Given data.
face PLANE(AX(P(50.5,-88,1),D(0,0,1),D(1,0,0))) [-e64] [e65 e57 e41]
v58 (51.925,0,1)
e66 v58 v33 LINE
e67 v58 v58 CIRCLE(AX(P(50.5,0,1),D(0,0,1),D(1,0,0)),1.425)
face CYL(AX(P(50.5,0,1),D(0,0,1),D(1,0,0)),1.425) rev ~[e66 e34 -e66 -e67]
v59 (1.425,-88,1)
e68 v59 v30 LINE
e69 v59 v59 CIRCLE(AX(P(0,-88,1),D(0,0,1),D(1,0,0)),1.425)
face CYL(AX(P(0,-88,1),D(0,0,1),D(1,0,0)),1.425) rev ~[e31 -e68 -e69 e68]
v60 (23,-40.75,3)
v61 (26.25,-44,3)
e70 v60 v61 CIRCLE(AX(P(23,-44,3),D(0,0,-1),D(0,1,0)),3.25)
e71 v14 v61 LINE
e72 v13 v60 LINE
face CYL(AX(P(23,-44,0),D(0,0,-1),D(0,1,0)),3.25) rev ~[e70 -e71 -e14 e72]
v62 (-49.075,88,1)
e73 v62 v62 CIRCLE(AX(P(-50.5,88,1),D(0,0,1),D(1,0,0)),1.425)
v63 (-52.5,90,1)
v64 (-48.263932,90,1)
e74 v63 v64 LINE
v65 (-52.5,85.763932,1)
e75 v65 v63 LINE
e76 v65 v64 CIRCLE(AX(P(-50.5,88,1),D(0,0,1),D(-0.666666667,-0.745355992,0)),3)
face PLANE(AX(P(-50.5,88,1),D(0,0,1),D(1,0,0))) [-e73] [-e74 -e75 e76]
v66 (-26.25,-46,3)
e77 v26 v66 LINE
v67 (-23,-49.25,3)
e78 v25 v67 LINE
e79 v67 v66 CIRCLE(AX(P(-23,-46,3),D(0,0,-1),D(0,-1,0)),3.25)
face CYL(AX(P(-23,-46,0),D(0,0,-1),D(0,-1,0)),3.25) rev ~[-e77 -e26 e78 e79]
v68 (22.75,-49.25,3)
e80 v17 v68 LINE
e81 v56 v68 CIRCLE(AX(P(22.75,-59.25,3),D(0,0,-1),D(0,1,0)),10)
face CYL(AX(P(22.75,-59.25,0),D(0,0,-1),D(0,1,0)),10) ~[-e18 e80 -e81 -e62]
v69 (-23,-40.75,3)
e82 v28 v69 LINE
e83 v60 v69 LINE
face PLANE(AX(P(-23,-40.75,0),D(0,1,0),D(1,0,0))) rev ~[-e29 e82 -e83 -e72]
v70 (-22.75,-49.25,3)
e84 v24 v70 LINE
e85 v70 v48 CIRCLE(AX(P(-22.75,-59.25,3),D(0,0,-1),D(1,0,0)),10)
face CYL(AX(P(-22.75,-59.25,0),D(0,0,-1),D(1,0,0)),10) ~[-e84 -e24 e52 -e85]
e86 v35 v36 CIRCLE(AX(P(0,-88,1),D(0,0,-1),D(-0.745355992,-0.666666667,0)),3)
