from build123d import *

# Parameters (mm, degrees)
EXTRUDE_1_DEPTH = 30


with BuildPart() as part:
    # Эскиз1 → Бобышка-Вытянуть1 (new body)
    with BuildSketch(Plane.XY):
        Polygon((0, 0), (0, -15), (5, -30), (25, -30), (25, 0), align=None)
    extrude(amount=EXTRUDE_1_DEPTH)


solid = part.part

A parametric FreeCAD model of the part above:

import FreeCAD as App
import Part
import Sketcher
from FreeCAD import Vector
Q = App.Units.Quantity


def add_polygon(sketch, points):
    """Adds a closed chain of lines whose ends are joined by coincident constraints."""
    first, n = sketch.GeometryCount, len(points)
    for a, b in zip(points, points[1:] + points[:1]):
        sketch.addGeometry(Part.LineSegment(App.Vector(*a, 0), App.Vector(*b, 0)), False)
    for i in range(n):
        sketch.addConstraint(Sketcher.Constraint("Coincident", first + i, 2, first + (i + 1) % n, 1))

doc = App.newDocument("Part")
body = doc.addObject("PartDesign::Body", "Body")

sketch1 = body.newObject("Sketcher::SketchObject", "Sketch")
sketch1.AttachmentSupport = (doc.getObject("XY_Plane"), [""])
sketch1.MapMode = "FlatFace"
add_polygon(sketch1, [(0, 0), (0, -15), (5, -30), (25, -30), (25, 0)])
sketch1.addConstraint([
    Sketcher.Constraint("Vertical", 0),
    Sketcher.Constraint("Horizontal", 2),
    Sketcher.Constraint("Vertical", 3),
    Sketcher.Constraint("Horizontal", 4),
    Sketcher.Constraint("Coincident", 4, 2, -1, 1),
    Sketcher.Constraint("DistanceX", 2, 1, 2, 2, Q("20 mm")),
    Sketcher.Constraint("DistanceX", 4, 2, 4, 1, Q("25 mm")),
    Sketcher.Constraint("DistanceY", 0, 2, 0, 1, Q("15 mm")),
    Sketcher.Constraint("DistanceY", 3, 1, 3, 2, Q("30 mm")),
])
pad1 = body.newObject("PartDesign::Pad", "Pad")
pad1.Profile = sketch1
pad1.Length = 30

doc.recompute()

* * *

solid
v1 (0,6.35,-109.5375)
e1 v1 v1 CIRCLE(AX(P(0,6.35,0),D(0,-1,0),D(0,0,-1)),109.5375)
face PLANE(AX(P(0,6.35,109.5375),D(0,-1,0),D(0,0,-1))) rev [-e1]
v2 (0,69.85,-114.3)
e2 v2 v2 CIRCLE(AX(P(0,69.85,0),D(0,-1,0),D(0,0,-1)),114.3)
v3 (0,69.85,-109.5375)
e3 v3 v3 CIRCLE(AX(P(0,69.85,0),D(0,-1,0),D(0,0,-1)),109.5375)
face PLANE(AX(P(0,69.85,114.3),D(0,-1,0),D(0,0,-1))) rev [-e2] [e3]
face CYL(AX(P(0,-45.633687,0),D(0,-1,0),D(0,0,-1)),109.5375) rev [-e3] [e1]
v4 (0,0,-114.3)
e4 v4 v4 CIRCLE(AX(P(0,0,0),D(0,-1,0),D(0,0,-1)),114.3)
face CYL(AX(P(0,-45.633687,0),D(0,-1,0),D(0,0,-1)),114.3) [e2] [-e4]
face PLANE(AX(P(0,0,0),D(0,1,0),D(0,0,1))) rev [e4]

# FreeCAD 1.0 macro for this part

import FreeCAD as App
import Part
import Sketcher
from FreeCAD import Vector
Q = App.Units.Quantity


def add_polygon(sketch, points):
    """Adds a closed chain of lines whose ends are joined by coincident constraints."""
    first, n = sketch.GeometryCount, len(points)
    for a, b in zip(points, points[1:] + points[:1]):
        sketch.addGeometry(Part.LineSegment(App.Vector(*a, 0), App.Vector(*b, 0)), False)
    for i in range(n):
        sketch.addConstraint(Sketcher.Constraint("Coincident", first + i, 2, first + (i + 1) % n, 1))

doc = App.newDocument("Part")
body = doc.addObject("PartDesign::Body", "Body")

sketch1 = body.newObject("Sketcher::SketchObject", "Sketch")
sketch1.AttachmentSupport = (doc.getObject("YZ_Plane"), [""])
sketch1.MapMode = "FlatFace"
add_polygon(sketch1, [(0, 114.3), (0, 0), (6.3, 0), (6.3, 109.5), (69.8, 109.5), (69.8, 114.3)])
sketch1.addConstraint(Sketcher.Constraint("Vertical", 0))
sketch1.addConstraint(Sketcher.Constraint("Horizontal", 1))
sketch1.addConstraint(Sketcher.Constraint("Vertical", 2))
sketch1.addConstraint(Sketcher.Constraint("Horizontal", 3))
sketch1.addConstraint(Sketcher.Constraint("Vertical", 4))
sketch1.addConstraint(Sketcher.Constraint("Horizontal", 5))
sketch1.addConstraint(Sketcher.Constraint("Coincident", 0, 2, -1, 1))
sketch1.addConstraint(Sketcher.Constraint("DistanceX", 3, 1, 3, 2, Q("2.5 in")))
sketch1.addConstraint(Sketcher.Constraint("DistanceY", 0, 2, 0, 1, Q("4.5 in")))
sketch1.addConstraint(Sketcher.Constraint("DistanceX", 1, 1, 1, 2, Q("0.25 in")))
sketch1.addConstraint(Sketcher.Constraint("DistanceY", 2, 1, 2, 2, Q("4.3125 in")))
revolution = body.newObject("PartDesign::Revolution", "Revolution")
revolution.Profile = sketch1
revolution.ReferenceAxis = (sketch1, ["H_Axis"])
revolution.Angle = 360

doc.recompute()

About this task. From the records above, reproduce exactly the lines from the one with "face PLANE(AX(P(50.5,-88,1),D(0,0,1),D(1,0,0))) [-e64]" to the one with "v64 (-48.263932,90,1)", both included, and no others.

Task solution.
face PLANE(AX(P(50.5,-88,1),D(0,0,1),D(1,0,0))) [-e64] [e65 e57 e41]
v58 (51.925,0,1)
e66 v58 v33 LINE
e67 v58 v58 CIRCLE(AX(P(50.5,0,1),D(0,0,1),D(1,0,0)),1.425)
face CYL(AX(P(50.5,0,1),D(0,0,1),D(1,0,0)),1.425) rev ~[e66 e34 -e66 -e67]
v59 (1.425,-88,1)
e68 v59 v30 LINE
e69 v59 v59 CIRCLE(AX(P(0,-88,1),D(0,0,1),D(1,0,0)),1.425)
face CYL(AX(P(0,-88,1),D(0,0,1),D(1,0,0)),1.425) rev ~[e31 -e68 -e69 e68]
v60 (23,-40.75,3)
v61 (26.25,-44,3)
e70 v60 v61 CIRCLE(AX(P(23,-44,3),D(0,0,-1),D(0,1,0)),3.25)
e71 v14 v61 LINE
e72 v13 v60 LINE
face CYL(AX(P(23,-44,0),D(0,0,-1),D(0,1,0)),3.25) rev ~[e70 -e71 -e14 e72]
v62 (-49.075,88,1)
e73 v62 v62 CIRCLE(AX(P(-50.5,88,1),D(0,0,1),D(1,0,0)),1.425)
v63 (-52.5,90,1)
v64 (-48.263932,90,1)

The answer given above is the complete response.